## Collected data
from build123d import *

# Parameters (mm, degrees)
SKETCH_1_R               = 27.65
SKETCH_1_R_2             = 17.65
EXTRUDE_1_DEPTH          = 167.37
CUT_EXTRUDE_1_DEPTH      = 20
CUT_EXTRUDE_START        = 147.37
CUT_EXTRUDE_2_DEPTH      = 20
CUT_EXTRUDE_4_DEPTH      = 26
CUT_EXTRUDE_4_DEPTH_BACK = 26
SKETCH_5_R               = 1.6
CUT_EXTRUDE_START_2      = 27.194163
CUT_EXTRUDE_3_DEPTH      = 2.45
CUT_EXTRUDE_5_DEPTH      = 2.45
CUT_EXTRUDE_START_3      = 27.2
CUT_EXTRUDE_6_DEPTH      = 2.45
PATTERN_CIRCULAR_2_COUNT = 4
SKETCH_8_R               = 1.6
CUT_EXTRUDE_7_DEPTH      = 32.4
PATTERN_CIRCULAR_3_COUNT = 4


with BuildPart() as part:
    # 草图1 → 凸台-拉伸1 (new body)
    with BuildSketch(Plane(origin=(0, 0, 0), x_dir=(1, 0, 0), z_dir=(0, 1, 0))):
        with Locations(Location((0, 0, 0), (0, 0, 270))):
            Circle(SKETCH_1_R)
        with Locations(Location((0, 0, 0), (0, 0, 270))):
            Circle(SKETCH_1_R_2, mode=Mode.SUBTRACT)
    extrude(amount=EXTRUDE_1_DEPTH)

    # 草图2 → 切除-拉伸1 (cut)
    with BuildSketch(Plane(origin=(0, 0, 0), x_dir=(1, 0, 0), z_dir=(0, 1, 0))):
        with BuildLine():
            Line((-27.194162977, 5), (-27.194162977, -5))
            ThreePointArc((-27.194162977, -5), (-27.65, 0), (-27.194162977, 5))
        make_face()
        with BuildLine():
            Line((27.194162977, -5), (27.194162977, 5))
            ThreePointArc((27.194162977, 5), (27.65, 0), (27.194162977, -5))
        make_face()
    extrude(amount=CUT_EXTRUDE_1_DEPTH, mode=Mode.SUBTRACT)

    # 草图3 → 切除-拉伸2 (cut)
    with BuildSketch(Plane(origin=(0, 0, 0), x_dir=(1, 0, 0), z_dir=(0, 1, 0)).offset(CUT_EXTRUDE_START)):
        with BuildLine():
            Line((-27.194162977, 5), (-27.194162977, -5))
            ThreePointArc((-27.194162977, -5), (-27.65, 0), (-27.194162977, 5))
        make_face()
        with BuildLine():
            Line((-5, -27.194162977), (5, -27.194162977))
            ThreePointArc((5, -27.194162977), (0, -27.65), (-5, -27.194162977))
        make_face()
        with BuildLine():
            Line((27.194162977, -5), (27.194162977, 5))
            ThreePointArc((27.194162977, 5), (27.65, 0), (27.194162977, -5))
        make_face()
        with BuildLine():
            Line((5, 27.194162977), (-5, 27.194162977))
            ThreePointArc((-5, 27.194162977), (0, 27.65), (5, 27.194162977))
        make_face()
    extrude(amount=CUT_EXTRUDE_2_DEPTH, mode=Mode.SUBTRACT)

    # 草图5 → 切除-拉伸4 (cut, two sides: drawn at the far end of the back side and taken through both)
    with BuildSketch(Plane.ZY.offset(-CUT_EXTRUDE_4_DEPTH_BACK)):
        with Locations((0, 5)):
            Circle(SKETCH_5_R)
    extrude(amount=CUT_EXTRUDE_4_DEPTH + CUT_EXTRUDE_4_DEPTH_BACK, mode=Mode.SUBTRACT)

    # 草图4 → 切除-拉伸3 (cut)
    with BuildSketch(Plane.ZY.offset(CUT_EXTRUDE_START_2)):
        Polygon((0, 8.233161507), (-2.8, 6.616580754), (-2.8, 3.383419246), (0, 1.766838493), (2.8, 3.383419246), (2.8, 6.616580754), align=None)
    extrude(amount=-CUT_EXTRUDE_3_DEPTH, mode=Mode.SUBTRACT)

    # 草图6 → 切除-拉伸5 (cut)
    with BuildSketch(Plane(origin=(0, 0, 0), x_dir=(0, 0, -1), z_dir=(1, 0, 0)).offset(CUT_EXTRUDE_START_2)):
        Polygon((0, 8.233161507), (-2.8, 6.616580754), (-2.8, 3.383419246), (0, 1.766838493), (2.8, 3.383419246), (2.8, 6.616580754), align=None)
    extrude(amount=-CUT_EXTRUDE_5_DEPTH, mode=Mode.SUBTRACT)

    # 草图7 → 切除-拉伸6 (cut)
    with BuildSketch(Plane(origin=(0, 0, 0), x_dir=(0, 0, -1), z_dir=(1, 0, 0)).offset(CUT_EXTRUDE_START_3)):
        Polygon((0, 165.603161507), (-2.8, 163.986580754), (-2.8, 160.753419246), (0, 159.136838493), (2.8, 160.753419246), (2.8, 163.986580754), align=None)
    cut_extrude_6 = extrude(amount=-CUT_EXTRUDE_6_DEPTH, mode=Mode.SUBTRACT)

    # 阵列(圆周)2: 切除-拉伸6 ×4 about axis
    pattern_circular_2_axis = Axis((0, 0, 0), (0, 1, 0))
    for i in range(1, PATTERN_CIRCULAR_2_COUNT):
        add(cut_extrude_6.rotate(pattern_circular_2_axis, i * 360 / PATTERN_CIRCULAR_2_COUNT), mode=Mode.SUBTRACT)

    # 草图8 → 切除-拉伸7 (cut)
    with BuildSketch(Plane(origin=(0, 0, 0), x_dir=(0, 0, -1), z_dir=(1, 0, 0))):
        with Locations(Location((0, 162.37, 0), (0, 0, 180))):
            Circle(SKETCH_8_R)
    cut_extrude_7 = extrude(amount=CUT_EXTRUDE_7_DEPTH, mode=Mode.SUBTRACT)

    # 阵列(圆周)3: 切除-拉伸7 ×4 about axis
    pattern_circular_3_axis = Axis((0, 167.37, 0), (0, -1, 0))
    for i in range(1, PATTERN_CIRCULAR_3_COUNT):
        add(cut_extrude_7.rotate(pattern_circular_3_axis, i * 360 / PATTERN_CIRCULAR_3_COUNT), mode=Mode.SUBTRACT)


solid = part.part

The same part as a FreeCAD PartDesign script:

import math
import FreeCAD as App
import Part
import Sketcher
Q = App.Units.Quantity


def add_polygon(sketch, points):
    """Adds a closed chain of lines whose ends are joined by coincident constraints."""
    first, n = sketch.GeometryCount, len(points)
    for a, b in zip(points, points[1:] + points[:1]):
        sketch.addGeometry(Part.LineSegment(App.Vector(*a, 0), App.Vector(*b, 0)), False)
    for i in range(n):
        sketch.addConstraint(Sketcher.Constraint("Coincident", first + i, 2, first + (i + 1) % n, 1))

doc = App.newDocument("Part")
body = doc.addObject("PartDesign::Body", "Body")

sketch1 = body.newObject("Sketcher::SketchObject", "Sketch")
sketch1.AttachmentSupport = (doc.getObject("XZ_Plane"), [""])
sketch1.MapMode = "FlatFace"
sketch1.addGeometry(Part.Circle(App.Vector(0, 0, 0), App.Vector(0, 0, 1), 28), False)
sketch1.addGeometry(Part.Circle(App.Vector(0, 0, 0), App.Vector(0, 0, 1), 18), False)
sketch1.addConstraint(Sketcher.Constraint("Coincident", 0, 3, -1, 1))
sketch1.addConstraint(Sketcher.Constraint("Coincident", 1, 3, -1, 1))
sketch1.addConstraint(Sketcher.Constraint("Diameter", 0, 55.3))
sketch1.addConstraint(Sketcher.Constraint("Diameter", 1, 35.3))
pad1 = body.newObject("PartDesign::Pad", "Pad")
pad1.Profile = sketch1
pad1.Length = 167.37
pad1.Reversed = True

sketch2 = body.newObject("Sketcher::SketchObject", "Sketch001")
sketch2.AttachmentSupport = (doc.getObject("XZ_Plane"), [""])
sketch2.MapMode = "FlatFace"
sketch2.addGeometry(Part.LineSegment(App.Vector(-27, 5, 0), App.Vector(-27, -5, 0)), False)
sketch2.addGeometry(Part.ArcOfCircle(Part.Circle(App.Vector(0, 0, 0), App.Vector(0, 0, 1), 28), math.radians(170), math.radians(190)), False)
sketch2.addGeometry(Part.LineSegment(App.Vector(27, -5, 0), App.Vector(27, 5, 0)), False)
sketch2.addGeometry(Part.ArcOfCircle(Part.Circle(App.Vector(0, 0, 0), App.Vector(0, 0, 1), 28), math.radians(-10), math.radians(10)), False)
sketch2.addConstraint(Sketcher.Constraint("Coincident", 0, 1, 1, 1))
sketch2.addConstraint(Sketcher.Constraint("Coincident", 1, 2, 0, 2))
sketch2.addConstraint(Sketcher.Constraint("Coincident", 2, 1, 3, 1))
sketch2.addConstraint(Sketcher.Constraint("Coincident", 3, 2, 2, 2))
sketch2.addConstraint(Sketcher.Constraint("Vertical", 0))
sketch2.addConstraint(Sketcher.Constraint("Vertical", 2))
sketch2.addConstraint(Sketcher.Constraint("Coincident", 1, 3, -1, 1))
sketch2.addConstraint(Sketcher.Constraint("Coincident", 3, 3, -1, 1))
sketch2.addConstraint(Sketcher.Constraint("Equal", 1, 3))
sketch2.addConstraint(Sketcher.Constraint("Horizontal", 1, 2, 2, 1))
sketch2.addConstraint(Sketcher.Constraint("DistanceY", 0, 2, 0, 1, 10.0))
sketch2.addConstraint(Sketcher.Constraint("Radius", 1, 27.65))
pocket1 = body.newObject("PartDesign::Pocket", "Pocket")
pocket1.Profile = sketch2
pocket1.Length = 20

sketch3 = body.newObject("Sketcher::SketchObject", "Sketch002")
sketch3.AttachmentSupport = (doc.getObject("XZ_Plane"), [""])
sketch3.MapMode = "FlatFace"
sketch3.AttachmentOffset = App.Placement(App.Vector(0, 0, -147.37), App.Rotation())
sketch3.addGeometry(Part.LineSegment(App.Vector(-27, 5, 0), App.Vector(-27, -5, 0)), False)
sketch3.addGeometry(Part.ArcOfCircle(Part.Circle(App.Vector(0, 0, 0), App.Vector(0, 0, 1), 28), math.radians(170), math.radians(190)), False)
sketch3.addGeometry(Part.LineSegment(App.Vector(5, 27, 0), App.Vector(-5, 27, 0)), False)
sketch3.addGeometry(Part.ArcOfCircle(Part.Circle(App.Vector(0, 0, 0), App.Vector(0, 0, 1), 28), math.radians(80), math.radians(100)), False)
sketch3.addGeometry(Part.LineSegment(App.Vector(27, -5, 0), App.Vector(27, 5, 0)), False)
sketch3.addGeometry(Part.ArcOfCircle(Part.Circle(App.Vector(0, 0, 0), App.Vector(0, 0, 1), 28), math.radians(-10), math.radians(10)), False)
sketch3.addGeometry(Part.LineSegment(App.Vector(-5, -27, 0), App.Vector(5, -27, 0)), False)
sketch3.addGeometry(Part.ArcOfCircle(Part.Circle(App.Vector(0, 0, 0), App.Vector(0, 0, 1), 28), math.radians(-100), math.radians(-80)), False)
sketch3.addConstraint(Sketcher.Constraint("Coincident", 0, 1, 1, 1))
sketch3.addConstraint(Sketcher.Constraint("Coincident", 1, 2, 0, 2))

* * *

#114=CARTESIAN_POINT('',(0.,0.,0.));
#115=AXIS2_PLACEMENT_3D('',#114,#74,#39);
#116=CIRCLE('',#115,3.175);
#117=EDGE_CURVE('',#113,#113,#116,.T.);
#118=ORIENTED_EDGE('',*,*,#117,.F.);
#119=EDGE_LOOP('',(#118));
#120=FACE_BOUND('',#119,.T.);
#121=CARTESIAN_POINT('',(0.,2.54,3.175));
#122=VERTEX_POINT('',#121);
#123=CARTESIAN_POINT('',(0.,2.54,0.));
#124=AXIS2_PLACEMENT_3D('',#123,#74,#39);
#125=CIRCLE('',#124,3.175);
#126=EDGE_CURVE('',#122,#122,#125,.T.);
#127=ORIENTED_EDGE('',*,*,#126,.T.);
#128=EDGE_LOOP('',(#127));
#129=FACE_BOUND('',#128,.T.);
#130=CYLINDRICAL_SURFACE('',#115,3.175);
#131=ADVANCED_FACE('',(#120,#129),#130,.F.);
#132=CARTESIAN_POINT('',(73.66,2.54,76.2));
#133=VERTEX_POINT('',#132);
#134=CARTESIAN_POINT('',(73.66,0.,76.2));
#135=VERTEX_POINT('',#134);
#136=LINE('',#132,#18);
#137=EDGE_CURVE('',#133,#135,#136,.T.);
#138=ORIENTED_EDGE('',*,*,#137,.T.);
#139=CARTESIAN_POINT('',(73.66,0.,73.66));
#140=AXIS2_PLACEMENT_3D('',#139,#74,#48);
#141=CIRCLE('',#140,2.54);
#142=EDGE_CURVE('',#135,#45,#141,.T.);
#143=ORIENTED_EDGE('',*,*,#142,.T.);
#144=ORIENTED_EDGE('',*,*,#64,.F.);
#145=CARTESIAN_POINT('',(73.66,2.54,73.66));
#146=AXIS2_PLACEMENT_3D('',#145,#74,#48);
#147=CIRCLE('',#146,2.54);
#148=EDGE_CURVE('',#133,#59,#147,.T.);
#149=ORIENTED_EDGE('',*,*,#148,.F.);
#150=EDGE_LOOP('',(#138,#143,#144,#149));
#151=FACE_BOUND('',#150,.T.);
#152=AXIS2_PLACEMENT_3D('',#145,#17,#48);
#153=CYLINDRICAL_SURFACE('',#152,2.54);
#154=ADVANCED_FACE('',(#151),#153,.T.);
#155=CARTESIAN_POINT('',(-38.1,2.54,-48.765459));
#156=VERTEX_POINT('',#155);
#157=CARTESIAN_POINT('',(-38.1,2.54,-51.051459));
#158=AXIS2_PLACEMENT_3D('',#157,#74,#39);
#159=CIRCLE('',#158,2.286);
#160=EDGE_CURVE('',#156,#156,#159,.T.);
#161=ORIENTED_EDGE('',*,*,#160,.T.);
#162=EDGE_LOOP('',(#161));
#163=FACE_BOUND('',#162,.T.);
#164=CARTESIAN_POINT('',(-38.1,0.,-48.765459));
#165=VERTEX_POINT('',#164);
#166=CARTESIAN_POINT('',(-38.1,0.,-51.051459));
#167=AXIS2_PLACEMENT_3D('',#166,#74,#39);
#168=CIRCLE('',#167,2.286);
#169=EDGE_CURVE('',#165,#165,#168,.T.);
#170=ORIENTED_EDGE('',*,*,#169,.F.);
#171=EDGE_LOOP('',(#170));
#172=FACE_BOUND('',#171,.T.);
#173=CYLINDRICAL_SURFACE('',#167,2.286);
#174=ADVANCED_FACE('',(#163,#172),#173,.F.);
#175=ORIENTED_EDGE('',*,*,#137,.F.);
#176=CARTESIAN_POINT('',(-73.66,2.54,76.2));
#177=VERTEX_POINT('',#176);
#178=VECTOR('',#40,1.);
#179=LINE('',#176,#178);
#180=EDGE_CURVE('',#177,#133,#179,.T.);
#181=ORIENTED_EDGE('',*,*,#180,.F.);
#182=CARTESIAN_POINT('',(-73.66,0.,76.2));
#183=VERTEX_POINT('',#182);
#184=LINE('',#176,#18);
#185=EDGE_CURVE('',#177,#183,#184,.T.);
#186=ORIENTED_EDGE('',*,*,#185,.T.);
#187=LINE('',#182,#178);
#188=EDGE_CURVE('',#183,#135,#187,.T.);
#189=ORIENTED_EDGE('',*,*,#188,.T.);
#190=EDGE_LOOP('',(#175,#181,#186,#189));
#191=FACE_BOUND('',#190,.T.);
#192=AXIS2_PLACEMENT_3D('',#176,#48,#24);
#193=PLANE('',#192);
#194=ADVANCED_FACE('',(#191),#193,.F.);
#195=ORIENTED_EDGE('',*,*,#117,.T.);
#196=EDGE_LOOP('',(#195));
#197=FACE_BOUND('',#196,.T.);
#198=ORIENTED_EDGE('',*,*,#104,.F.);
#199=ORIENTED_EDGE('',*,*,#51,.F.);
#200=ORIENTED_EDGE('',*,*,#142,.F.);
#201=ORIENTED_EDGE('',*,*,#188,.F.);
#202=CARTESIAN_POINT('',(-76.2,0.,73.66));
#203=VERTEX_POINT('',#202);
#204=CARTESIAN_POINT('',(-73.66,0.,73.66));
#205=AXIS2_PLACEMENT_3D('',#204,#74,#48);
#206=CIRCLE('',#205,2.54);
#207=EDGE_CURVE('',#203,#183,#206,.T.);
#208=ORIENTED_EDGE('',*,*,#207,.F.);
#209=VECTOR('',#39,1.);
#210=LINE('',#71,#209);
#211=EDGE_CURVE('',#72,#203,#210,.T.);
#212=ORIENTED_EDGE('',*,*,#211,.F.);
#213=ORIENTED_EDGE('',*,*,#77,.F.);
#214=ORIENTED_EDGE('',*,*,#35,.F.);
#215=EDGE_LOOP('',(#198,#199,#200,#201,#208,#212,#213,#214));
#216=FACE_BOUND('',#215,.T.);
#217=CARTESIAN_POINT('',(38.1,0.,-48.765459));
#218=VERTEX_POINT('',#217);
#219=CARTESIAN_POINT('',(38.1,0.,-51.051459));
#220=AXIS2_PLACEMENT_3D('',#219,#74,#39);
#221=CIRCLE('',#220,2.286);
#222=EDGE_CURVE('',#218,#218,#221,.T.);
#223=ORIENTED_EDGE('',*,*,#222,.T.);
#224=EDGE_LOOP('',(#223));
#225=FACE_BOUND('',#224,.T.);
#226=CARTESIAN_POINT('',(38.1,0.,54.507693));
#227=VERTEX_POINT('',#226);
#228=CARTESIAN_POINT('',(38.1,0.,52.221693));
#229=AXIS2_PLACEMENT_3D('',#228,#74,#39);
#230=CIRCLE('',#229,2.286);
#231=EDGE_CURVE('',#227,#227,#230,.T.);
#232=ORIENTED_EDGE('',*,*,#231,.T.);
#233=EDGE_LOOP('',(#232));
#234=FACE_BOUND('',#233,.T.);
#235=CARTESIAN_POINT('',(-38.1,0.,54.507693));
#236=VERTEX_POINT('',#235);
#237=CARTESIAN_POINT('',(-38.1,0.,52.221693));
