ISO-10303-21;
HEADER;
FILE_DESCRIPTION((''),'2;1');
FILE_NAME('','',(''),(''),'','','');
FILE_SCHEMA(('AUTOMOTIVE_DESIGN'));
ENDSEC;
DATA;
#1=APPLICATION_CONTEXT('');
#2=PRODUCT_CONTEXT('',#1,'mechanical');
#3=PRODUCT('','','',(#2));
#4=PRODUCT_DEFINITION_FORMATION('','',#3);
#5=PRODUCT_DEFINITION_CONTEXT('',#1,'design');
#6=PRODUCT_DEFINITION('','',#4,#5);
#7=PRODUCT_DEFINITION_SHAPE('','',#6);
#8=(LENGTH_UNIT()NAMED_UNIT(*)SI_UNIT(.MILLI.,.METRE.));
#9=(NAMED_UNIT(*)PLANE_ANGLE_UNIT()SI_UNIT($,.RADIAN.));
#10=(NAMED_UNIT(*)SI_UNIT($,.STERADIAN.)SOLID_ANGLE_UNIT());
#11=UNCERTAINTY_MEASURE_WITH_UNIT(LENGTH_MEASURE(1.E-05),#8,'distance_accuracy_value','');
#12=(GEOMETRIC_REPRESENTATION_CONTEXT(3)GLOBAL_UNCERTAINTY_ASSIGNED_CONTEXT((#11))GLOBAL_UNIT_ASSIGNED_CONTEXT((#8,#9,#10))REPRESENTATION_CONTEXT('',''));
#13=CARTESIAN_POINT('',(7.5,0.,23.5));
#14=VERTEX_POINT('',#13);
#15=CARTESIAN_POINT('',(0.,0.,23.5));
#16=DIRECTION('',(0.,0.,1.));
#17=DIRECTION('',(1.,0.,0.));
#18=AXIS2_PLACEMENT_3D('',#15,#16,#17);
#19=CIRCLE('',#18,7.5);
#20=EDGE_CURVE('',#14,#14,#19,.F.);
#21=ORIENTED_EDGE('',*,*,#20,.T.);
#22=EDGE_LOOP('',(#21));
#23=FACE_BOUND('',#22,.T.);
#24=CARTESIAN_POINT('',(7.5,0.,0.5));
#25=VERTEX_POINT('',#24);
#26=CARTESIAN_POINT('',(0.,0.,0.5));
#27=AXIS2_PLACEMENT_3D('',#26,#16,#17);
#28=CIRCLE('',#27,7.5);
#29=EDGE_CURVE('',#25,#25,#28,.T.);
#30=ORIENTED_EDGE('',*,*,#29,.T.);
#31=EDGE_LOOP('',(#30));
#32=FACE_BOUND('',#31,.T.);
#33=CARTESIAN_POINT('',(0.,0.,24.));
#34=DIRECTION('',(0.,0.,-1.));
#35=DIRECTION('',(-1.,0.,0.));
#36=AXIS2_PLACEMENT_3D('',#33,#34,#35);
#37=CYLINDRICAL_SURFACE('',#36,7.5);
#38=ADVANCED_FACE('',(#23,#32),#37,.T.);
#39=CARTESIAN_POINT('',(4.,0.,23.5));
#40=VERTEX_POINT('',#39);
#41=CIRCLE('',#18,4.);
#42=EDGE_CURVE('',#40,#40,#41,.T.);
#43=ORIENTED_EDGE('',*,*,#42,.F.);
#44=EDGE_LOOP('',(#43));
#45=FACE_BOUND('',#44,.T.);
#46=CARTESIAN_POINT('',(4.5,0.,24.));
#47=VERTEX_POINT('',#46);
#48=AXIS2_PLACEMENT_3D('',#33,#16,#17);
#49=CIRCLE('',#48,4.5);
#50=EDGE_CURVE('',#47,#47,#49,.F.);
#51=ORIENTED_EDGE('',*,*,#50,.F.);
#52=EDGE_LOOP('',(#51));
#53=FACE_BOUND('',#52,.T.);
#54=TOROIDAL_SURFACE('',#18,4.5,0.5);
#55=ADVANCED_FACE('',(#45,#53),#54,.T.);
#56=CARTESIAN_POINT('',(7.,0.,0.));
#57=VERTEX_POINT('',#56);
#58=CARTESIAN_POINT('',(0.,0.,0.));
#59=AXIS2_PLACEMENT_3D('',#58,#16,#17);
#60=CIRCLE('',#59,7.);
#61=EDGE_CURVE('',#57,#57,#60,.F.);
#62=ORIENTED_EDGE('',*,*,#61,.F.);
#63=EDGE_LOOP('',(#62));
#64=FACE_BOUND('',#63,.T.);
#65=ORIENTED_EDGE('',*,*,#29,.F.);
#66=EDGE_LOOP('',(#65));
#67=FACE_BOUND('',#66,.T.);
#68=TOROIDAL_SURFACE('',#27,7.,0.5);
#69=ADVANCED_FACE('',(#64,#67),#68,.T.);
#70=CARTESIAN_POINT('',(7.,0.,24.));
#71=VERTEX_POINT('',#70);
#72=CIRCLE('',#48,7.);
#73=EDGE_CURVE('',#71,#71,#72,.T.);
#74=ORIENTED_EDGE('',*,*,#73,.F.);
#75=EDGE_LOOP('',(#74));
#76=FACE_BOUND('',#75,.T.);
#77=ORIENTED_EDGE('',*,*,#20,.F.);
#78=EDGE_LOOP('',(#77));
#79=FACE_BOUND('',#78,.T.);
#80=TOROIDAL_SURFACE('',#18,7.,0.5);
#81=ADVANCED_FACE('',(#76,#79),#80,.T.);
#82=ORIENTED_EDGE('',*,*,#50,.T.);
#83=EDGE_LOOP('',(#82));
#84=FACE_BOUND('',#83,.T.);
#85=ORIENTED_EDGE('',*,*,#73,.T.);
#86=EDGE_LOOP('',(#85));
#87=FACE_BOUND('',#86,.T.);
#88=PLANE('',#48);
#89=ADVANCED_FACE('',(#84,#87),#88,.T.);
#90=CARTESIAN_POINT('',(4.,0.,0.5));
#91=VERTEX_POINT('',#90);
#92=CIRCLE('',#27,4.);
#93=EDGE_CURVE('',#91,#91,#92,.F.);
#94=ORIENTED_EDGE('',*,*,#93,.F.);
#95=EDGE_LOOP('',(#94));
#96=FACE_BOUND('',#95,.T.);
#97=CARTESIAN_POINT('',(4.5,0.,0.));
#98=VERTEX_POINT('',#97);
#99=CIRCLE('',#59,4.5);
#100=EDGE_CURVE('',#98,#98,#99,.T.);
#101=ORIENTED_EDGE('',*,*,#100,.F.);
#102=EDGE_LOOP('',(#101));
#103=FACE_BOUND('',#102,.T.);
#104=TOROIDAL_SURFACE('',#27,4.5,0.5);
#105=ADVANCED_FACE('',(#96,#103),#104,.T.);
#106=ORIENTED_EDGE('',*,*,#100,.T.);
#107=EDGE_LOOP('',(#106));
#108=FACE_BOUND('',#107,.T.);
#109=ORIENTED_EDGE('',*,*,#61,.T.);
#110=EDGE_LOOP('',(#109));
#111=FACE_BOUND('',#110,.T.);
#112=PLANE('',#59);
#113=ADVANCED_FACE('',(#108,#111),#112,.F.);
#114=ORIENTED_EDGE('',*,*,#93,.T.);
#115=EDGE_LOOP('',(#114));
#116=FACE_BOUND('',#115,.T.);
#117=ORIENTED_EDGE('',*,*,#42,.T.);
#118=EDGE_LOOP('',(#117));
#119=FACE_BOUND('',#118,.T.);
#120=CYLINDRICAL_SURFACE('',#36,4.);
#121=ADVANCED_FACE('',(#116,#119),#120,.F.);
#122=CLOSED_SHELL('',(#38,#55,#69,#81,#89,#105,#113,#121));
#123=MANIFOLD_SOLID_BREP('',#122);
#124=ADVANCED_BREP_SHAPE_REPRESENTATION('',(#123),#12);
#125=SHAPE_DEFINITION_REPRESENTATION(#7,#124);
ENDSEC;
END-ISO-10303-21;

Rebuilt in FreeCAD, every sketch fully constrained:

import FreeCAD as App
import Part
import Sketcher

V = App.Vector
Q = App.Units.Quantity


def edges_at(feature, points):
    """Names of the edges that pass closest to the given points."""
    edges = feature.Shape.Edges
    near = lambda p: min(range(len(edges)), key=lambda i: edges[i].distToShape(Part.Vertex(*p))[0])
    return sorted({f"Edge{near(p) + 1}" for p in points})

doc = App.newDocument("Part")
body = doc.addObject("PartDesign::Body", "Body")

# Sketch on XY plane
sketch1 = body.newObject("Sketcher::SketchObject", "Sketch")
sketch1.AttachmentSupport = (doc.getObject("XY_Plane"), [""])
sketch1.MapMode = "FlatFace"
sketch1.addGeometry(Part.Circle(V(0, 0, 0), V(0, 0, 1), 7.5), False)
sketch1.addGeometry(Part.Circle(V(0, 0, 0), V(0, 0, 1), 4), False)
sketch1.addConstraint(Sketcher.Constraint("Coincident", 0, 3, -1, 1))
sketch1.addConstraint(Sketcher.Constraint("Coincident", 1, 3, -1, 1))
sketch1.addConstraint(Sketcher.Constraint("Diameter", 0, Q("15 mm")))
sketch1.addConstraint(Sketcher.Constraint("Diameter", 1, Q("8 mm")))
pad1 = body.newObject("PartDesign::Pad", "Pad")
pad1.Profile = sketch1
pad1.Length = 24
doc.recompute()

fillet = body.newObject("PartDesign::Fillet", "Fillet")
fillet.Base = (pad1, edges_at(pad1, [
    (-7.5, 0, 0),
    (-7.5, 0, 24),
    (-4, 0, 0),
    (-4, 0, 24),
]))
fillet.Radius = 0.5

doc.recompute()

## Your goal
All that should be written out is the stretch of lines above between the one holding "#221=CIRCLE('',#220,2.286);" and the one holding "FILE_DESCRIPTION((''),'2;1');", inclusive, exactly as given.

## Answer area
#221=CIRCLE('',#220,2.286);
#222=EDGE_CURVE('',#218,#218,#221,.T.);
#223=ORIENTED_EDGE('',*,*,#222,.T.);
#224=EDGE_LOOP('',(#223));
#225=FACE_BOUND('',#224,.T.);
#226=CARTESIAN_POINT('',(38.1,0.,54.507693));
#227=VERTEX_POINT('',#226);
#228=CARTESIAN_POINT('',(38.1,0.,52.221693));
#229=AXIS2_PLACEMENT_3D('',#228,#74,#39);
#230=CIRCLE('',#229,2.286);
#231=EDGE_CURVE('',#227,#227,#230,.T.);
#232=ORIENTED_EDGE('',*,*,#231,.T.);
#233=EDGE_LOOP('',(#232));
#234=FACE_BOUND('',#233,.T.);
#235=CARTESIAN_POINT('',(-38.1,0.,54.507693));
#236=VERTEX_POINT('',#235);
#237=CARTESIAN_POINT('',(-38.1,0.,52.221693));
ISO-10303-21;
HEADER;
FILE_DESCRIPTION((''),'2;1');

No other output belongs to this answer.